Figure S6. Heatmaps showing scRNA-seq expression of cell subtype marker genes across all cell types identified. (A) Cone subtype marker genes; (B) Horizontal cell subtypes; (C) Bipolar cell subtypes; (D) Amacrine cell subtypes. Coinciding with the in situ expression pattern observed in Figure 4, barhl2 (B) transcript is detected most abundantly in horizontal cells, but is also observed in ganglion and amacrine cells.

Supplement 12

Figure S7. Comparison of age-related transcriptional changes between the bulk and single-cell RNA-sequencing datasets. Boxplots indicating the age-dependent fold change of differentially expressed genes from bulk RNA-seq within the scRNA-seq dataset, comparing (A) Fold-change of expression comparing 12-week and 6-week-old retinas across all cell types, or (B) cell type-specific changes across those ages. (C) Boxplots indicating transcript fold change across all cell types, or (D) within individual cell types in 18-week-old retinas in comparison to 6-weeks-old fish.
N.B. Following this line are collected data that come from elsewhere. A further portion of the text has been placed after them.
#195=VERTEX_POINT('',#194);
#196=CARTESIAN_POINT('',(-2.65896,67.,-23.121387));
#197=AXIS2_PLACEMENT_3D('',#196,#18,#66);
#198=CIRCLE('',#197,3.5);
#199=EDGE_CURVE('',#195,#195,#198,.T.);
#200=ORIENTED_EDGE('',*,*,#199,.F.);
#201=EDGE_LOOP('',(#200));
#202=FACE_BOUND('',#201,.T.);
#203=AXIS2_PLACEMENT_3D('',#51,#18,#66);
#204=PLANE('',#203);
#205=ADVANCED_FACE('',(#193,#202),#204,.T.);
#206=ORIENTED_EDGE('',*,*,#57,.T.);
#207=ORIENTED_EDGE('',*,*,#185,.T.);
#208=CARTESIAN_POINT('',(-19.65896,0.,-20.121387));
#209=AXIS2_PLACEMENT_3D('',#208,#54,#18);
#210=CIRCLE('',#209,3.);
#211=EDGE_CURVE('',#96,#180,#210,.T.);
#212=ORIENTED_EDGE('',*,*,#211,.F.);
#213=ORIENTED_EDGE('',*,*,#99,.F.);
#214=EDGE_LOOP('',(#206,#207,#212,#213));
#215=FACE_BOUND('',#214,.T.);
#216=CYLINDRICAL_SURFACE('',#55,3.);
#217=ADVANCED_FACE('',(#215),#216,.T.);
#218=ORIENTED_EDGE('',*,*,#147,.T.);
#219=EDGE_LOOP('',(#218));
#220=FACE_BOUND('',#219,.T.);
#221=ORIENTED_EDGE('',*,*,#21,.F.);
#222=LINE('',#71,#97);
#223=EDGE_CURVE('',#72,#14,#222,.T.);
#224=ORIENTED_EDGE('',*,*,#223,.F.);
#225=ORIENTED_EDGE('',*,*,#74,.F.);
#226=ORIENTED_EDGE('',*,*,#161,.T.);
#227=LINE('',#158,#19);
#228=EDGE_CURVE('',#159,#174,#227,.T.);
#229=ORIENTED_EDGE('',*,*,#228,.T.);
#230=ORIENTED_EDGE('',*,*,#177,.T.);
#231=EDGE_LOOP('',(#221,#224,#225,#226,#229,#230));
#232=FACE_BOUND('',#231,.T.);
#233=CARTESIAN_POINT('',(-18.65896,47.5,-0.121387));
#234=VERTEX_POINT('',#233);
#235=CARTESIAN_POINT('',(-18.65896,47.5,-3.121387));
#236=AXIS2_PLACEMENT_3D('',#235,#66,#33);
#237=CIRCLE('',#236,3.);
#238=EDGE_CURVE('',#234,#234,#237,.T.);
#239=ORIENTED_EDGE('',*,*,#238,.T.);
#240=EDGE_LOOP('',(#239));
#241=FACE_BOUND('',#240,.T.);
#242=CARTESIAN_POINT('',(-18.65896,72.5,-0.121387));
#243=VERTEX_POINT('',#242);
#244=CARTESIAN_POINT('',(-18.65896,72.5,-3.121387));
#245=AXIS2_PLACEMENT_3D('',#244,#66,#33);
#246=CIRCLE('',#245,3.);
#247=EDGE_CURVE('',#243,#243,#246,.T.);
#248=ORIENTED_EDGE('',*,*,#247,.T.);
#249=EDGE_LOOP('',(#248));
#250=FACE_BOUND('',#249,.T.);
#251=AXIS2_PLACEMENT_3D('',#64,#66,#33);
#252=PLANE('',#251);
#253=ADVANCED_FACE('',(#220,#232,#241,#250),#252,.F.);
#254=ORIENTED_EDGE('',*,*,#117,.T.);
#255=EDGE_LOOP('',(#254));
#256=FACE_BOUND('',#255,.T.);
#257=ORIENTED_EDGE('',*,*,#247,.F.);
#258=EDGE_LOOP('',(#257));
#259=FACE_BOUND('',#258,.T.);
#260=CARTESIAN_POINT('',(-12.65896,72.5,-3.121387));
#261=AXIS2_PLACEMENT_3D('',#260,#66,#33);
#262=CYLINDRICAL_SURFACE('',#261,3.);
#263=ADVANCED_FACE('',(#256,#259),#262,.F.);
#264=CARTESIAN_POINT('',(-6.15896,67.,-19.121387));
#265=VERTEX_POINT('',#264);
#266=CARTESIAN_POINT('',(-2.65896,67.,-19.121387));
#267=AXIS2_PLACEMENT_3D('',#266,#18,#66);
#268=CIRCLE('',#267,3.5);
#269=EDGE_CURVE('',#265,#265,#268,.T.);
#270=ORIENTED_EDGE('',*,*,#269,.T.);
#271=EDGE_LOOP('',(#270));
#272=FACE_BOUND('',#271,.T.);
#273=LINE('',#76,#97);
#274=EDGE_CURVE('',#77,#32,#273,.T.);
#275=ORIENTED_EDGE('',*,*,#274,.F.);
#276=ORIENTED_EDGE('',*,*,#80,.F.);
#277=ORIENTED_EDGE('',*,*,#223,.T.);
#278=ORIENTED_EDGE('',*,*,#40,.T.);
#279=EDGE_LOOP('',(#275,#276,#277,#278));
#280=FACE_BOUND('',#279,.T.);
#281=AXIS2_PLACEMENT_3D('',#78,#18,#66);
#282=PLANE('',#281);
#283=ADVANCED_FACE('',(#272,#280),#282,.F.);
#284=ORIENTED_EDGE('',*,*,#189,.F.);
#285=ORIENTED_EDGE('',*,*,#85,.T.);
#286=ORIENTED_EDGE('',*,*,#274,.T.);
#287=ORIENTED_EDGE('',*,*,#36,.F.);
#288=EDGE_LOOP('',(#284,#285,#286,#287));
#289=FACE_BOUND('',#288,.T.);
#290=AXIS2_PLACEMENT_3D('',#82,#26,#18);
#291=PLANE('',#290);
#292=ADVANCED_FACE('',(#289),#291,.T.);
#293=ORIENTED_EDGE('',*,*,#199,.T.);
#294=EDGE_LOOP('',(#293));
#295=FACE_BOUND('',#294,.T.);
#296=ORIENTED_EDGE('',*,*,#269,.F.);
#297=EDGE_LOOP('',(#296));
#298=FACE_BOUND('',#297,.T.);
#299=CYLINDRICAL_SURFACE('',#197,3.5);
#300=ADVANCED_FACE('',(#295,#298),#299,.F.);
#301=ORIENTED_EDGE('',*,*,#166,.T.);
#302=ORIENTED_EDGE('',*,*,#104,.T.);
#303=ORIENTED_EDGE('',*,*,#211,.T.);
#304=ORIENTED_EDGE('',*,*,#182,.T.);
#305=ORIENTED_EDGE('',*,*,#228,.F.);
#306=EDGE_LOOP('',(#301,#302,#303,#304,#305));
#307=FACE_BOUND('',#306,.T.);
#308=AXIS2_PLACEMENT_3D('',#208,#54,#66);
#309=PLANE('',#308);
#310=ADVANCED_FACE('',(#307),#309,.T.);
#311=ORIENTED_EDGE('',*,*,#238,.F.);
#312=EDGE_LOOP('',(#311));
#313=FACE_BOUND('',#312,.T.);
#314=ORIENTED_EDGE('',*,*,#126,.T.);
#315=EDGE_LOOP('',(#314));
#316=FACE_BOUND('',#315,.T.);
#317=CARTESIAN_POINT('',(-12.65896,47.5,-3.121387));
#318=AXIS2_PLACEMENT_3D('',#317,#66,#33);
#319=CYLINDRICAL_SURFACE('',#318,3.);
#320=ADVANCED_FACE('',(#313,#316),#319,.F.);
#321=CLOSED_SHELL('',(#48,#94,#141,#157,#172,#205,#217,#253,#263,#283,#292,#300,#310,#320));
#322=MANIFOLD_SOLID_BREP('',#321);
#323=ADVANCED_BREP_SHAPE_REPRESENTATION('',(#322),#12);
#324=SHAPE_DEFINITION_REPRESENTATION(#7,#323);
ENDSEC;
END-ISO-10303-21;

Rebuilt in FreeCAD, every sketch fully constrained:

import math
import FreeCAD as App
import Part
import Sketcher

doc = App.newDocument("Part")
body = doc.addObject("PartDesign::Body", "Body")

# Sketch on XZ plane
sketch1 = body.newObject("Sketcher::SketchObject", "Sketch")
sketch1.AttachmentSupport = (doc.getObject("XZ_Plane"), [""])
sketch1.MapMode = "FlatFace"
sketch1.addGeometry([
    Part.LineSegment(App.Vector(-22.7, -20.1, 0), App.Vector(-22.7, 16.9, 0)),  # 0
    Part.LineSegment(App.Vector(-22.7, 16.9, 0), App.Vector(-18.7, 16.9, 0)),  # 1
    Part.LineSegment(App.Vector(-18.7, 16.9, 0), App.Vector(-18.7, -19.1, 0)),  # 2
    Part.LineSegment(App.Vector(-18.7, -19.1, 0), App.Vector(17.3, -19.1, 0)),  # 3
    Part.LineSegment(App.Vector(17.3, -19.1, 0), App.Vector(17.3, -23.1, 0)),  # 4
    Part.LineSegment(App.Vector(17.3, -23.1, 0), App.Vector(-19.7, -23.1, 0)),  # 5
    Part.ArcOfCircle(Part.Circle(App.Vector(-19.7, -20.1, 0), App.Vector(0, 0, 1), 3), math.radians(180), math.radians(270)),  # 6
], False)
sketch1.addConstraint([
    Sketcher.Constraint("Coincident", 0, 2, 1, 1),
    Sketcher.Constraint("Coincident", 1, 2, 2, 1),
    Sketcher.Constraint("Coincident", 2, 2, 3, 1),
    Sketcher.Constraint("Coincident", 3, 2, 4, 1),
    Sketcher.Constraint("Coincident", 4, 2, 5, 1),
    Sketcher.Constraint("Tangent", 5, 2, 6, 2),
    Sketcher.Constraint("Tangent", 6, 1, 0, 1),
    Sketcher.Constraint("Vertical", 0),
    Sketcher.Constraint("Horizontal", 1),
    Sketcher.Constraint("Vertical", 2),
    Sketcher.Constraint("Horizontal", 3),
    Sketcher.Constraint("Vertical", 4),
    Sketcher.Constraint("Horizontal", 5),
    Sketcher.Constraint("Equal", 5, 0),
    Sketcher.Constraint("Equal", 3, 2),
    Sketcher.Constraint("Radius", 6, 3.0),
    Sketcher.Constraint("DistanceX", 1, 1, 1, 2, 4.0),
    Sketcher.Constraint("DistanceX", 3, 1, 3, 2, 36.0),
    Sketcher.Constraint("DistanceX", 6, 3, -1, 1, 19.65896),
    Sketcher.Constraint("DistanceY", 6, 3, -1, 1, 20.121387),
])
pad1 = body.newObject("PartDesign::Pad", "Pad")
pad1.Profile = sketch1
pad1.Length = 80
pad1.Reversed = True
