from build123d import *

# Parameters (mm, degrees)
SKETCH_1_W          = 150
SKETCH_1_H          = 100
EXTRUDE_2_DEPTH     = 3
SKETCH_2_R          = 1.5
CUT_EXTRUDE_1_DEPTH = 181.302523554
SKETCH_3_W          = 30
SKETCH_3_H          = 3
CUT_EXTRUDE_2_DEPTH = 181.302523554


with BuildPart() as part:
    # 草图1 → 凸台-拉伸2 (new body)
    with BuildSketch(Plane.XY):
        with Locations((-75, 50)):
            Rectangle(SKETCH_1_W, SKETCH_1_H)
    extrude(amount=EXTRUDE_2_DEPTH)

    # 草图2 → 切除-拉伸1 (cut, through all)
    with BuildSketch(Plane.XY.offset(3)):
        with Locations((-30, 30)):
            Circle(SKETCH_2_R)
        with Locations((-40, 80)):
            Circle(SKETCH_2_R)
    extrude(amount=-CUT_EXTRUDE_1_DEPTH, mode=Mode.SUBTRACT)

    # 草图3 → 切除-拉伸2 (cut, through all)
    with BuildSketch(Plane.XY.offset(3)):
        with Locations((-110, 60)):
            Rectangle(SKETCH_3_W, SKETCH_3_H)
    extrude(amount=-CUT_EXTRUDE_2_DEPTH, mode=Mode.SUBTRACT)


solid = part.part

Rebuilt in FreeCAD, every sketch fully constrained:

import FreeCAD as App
import Part
import Sketcher

V = App.Vector
Q = App.Units.Quantity

doc = App.newDocument("Part")
body = doc.addObject("PartDesign::Body", "Body")

# Sketch on XY plane
sketch1 = body.newObject("Sketcher::SketchObject", "Sketch")
sketch1.AttachmentSupport = (doc.getObject("XY_Plane"), [""])
sketch1.MapMode = "FlatFace"
sketch1.addGeometry([
    Part.LineSegment(V(-150, 100, 0), V(-150, 0, 0)),
    Part.LineSegment(V(-150, 0, 0), V(0, 0, 0)),
    Part.LineSegment(V(0, 0, 0), V(0, 100, 0)),
    Part.LineSegment(V(0, 100, 0), V(-150, 100, 0)),
], False)
sketch1.addConstraint([
    Sketcher.Constraint("Coincident", 0, 2, 1, 1),
    Sketcher.Constraint("Coincident", 1, 2, 2, 1),
    Sketcher.Constraint("Coincident", 2, 2, 3, 1),
    Sketcher.Constraint("Coincident", 3, 2, 0, 1),
    Sketcher.Constraint("Vertical", 0),
    Sketcher.Constraint("Horizontal", 1),
    Sketcher.Constraint("Vertical", 2),
    Sketcher.Constraint("Horizontal", 3),
    Sketcher.Constraint("Coincident", 1, 2, -1, 1),
    Sketcher.Constraint("DistanceX", 1, 1, 1, 2, Q("150 mm")),
    Sketcher.Constraint("DistanceY", 0, 2, 0, 1, Q("100 mm")),
])
pad1 = body.newObject("PartDesign::Pad", "Pad")
pad1.Profile = sketch1
pad1.Length = 3

# Sketch on XY plane
sketch2 = body.newObject("Sketcher::SketchObject", "Sketch001")
sketch2.AttachmentSupport = (doc.getObject("XY_Plane"), [""])
sketch2.MapMode = "FlatFace"
sketch2.AttachmentOffset = App.Placement(V(0, 0, 3), App.Rotation())
sketch2.addGeometry([
    Part.Circle(V(-30, 30, 0), V(0, 0, 1), 1.5),
    Part.Circle(V(-40, 80, 0), V(0, 0, 1), 1.5),
], False)
sketch2.addConstraint([
    Sketcher.Constraint("Equal", 0, 1),
    Sketcher.Constraint("Diameter", 0, Q("3 mm")),
    Sketcher.Constraint("DistanceX", 0, 3, -1, 1, Q("30 mm")),
    Sketcher.Constraint("DistanceY", -1, 1, 0, 3, Q("30 mm")),
    Sketcher.Constraint("DistanceX", 1, 3, -1, 1, Q("40 mm")),
    Sketcher.Constraint("DistanceY", -1, 1, 1, 3, Q("80 mm")),
])
pocket1 = body.newObject("PartDesign::Pocket", "Pocket")
pocket1.Profile = sketch2
pocket1.Type = "ThroughAll"

# Sketch on XY plane
sketch3 = body.newObject("Sketcher::SketchObject", "Sketch002")
sketch3.AttachmentSupport = (doc.getObject("XY_Plane"), [""])
sketch3.MapMode = "FlatFace"
sketch3.AttachmentOffset = App.Placement(V(0, 0, 3), App.Rotation())
sketch3.addGeometry([
    Part.LineSegment(V(-125, 61.5, 0), V(-125, 58.5, 0)),
    Part.LineSegment(V(-125, 58.5, 0), V(-95, 58.5, 0)),
    Part.LineSegment(V(-95, 58.5, 0), V(-95, 61.5, 0)),
    Part.LineSegment(V(-95, 61.5, 0), V(-125, 61.5, 0)),
], False)
sketch3.addConstraint([
    Sketcher.Constraint("Coincident", 0, 2, 1, 1),
    Sketcher.Constraint("Coincident", 1, 2, 2, 1),
    Sketcher.Constraint("Coincident", 2, 2, 3, 1),
    Sketcher.Constraint("Coincident", 3, 2, 0, 1),
    Sketcher.Constraint("Vertical", 0),
    Sketcher.Constraint("Horizontal", 1),
    Sketcher.Constraint("Vertical", 2),
    Sketcher.Constraint("Horizontal", 3),
    Sketcher.Constraint("DistanceX", 1, 1, 1, 2, Q("30 mm")),
    Sketcher.Constraint("DistanceY", 0, 2, 0, 1, Q("3 mm")),
    Sketcher.Constraint("DistanceX", 0, 2, -1, 1, Q("125 mm")),
    Sketcher.Constraint("DistanceY", -1, 1, 0, 2, Q("58.5 mm")),
])
pocket2 = body.newObject("PartDesign::Pocket", "Pocket001")
pocket2.Profile = sketch3
pocket2.Type = "ThroughAll"

doc.recompute()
On average, genes displaying differential expression by bulk RNA-seq analysis displayed corresponding changes within the scRNA-seq dataset.

Supplement 13

Figure S8. Heatmap and UMAP for genes with reduced expression between young and old killifish retinas. (A) Heatmap of integrated bulk and scRNA-seq, showing the cell types that normally express those genes (left) and the changes in expression across the ages investigated for the cell types (right). (B) UMAP showing that the genes that are going down in expression with age are typically expressed in the RPE. There are several bright cells within the RPE cluster; see inset. RBCs = red blood cells, RPE = retinal pigment epithelium.

Highlights.

• The aged killifish retina displays several ageing hallmarks, such as oxidative stress, gliosis and inflammageing, at the transcriptome level.

• Risk genes for neurodegenerative disorders show dysregulation in the old killifish retina.

• All vertebrate retinal cell types are present in the killifish retina.

• Transcriptional dysregulation in the aged killifish retina is observed across cell types.